Acceleration $a = 9.8 \text{ m s}^{-2}$ (Acting downwards).

(c) Sign Convention:
The question defines Downwards as Positive (+) x-axis direction.
Origin is at highest point ($x=0$).

• Upward Motion: Ball is below highest point moving up. Position $x > 0$. Velocity is Upward (against +ve axis) $\rightarrow v < 0$. Acceleration is Downward $\rightarrow a > 0$.
• Downward Motion: Position $x > 0$. Velocity is Downward $\rightarrow v > 0$. Acceleration is Downward $\rightarrow a > 0$.

(d) Max Height and Time:
Using $v^2 – u^2 = 2gH$ with standard convention (Up +, Down -) for calculation ease:

Time to reach top: $0 = 29.4 – 9.8t \Rightarrow t = 3 \text{ s}$.
Total time (Up + Down) = $3 + 3 = 6 \text{ s}$.

(a) With zero speed at an instant may have non-zero acceleration:
TRUE. Example: A ball thrown upwards at its highest point has $v=0$ but $a=g=9.8 \text{ m s}^{-2}$.

(b) With zero speed may have non-zero velocity:
FALSE. Speed is the magnitude of velocity. If magnitude is zero, the vector itself is zero.

(c) With constant speed must have zero acceleration:
TRUE (for 1D motion). In 1D, direction can only change by stopping (speed becomes 0). If speed is constant, velocity is constant. (Note: False for 2D/3D motion like circular motion).

(d) With positive value of acceleration must be speeding up:
FALSE. If velocity is negative and acceleration is positive, the object is slowing down. Acceleration only means force is applied in +ve direction.

Calculations:
1. Time to fall 90m: $s = ut + \frac{1}{2}gt^2 \Rightarrow 90 = 0 + 4.9t^2 \Rightarrow t \approx 4.29 \text{ s}$.
2. Velocity before impact: $v = u + gt = 0 + 9.8(4.29) \approx 42 \text{ m s}^{-1}$.
3. Rebound Velocity: Loses 1/10th speed. $v’ = 0.9v \approx 37.8 \text{ m s}^{-1}$.
4. Time to rise: $t’ = v’/g = 37.8/9.8 \approx 3.86 \text{ s}$.

Graph Nature:
It will be a “sawtooth” wave. Speed increases linearly to 42, drops instantly to 37.8, decreases linearly to 0, increases again.

Scenario:
Home $\to$ Market (2.5 km) at 5 km/h. Time $t_1 = 2.5/5 = 0.5 \text{ h} = 30 \text{ min}$.
Market $\to$ Home (2.5 km) at 7.5 km/h. Time $t_2 = 2.5/7.5 = 1/3 \text{ h} = 20 \text{ min}$.

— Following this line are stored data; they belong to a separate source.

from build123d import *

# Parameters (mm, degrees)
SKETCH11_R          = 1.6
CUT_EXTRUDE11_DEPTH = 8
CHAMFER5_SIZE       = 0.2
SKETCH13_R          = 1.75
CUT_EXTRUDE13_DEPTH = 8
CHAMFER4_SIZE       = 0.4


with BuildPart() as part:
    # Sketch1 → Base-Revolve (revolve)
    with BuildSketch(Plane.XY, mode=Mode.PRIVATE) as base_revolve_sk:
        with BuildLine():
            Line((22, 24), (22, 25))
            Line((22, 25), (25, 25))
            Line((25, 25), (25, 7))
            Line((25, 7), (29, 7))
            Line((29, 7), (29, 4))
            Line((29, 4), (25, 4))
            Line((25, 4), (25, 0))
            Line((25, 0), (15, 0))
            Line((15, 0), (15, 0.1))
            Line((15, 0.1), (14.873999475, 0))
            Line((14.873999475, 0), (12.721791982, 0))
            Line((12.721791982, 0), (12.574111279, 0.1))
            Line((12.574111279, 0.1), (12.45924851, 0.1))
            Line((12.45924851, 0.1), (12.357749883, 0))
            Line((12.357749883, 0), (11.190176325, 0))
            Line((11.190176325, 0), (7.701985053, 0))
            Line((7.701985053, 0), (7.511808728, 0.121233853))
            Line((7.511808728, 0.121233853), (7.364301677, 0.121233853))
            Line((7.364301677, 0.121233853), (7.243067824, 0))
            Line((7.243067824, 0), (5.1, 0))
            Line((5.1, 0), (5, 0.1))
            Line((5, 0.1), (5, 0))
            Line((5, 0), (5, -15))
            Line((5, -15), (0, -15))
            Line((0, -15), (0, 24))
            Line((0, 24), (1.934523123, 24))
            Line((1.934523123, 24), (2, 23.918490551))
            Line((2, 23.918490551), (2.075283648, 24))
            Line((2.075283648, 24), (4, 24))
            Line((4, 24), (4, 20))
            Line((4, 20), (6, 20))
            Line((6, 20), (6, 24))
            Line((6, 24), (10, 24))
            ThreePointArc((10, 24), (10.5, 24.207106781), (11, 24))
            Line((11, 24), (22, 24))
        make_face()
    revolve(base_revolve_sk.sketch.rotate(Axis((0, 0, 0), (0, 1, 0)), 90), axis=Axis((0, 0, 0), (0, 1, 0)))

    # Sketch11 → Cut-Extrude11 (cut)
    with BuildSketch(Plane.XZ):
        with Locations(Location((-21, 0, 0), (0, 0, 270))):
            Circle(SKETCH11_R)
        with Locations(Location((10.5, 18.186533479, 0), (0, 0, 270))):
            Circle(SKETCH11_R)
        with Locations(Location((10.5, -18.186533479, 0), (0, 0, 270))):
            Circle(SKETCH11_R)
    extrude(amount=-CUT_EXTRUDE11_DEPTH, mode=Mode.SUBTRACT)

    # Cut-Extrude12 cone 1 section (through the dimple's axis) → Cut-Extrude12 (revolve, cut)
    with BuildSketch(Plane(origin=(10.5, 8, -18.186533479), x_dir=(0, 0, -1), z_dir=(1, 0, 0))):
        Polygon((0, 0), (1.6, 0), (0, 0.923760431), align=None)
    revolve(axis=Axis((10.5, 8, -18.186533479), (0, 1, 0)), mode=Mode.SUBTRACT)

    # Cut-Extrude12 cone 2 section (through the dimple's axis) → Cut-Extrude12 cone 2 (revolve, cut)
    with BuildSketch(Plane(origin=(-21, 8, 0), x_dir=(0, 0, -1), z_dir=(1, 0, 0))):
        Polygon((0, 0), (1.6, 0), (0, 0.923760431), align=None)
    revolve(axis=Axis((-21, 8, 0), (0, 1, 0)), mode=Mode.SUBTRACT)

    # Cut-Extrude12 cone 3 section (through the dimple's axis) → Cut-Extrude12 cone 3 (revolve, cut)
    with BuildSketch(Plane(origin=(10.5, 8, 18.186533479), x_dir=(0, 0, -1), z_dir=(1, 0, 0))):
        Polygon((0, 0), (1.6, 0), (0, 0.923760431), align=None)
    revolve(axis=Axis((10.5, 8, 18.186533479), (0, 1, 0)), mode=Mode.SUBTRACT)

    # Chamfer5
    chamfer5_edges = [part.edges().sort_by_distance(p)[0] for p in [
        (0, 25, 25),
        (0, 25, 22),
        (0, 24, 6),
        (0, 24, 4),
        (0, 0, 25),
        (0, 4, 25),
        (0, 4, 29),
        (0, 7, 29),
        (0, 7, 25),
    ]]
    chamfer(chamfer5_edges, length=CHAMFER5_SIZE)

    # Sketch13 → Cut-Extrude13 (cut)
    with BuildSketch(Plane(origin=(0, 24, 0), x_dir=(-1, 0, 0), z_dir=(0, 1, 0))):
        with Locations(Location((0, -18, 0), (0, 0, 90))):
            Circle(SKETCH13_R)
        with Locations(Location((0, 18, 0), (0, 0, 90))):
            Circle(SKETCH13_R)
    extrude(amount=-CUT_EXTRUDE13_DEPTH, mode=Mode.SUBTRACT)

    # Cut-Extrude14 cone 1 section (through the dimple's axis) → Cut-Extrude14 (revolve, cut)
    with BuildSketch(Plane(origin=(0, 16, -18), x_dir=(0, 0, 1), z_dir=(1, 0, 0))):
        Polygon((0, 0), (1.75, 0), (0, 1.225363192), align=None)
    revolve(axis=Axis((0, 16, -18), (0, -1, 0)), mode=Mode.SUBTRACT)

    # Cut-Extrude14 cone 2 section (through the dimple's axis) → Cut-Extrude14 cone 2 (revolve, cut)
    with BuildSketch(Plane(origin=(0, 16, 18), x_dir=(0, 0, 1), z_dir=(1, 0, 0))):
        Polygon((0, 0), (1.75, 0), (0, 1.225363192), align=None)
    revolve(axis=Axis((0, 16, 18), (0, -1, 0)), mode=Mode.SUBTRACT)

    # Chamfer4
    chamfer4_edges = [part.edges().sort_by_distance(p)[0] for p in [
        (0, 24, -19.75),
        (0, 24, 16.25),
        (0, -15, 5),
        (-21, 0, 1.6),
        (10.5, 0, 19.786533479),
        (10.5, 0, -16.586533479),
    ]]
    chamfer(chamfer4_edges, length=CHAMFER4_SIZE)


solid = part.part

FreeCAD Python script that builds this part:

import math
import FreeCAD as App
import Part
import Sketcher
from FreeCAD import Vector
Q = App.Units.Quantity


def edges_at(feature, points):
    """Names of the edges that pass closest to the given points."""
    edges = feature.Shape.Edges
    near = lambda p: min(range(len(edges)), key=lambda i: edges[i].distToShape(Part.Vertex(*p))[0])
    return sorted({f"Edge{near(p) + 1}" for p in points})


def add_polygon(sketch, points):
    """Adds a closed chain of lines whose ends are joined by coincident constraints."""
    first, n = sketch.GeometryCount, len(points)
    for a, b in zip(points, points[1:] + points[:1]):
        sketch.addGeometry(Part.LineSegment(App.Vector(*a, 0), App.Vector(*b, 0)), False)
    for i in range(n):
        sketch.addConstraint(Sketcher.Constraint("Coincident", first + i, 2, first + (i + 1) % n, 1))

doc = App.newDocument("Part")
params = doc.addObject("Spreadsheet::Sheet", "Params")
for row, (alias, value) in enumerate([
    ("sketch1_width", "11 mm"),
    ("sketch1_width2", "4 mm"),
    ("sketch1_width3", "2 mm"),
    ("sketch1_width4", "5 mm"),
    ("sketch1_width5", "10 mm"),
    ("revolution_angle", "360 deg"),
    ("sketch2_diameter", "3.2 mm"),
    ("pocket1_length", "8 mm"),
    ("sketch3_height", "1.6 mm"),
    ("groove_angle", "360 deg"),
    ("sketch4_height", "1.6 mm"),
    ("groove2_angle", "360 deg"),
    ("sketch5_height", "1.6 mm"),
    ("groove3_angle", "360 deg"),
    ("chamfer_size", "0.2 mm"),
    ("sketch6_diameter", "3.5 mm"),
    ("pocket2_length", "8 mm"),
    ("sketch7_height", "1.75 mm"),
    ("groove4_angle", "360 deg"),
    ("sketch8_height", "1.75 mm"),
    ("groove5_angle", "360 deg"),
    ("chamfer2_size", "0.4 mm"),
], start=1):
    params.set(f"A{row}", alias)
    params.set(f"B{row}", "=" + value)
    params.setAlias(f"B{row}", alias)

body = doc.addObject("PartDesign::Body", "Body")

(i) 0 to 30 min: Man moves Home to Market.
Displacement = 2.5 km. Path = 2.5 km.
Avg Velocity = $2.5/0.5 = 5 \text{ km h}^{-1}$.
Avg Speed = $5 \text{ km h}^{-1}$.

(ii) 0 to 50 min: Total trip (Home $\to$ Market $\to$ Home).
Displacement = 0. Path = 5 km.
Avg Velocity = $0 / (50/60) = \mathbf{0}$.
Avg Speed = $5 / (50/60) = 6 \text{ km h}^{-1}$.

(iii) 0 to 40 min: Home $\to$ Market (30 min) + Return journey (10 min).
Return distance in 10 min = $7.5 \times (10/60) = 1.25 \text{ km}$.
Position = $2.5 – 1.25 = 1.25 \text{ km}$ from home.
Total Path = $2.5 + 1.25 = 3.75 \text{ km}$.
Avg Velocity = $1.25 / (40/60) = 1.875 \text{ km h}^{-1}$.
Avg Speed = $3.75 / (40/60) = 5.625 \text{ km h}^{-1}$.

(a) Impossible: A vertical line drawn cuts the graph at two points. A particle cannot be at two positions at the same time.

(b) Impossible: A circle implies that at the same time instant, the particle has velocities in positive and negative directions. Also implies time flowing backwards.

(c) Impossible: Speed can never be negative. The graph shows negative speed.

(d) Impossible: Total path length can never decrease with time. The graph shows path length going down.

Given:
Police Van $v_p = 30 \text{ km h}^{-1} = \frac{25}{3} \text{ m s}^{-1}$.
Thief Car $v_t = 192 \text{ km h}^{-1} = \frac{160}{3} \text{ m s}^{-1}$.
Muzzle Speed $v_b = 150 \text{ m s}^{-1}$.

Effective Bullet Speed:
Since bullet is fired from moving van: $v_{eff} = v_b + v_p = 150 + \frac{25}{3} = \frac{475}{3} \text{ m s}^{-1}$.

Relative Impact Speed:
Speed of bullet w.r.t thief = $v_{eff} – v_t$.

(a) x-t graph (Ball Rebounding): Shows a ball striking a wall/floor and rebounding. The slope changes sign instantly.

(b) v-t graph (Free fall with gravity change?): Velocity increases, then direction flips and decreases. Could represent a ball thrown up and caught, but the oscillation suggests repeating motion.

(c) a-t graph (Impulse): Acceleration is zero, then a sharp spike, then zero. Example: A cricket ball moving at constant speed being hit by a bat for a very short duration.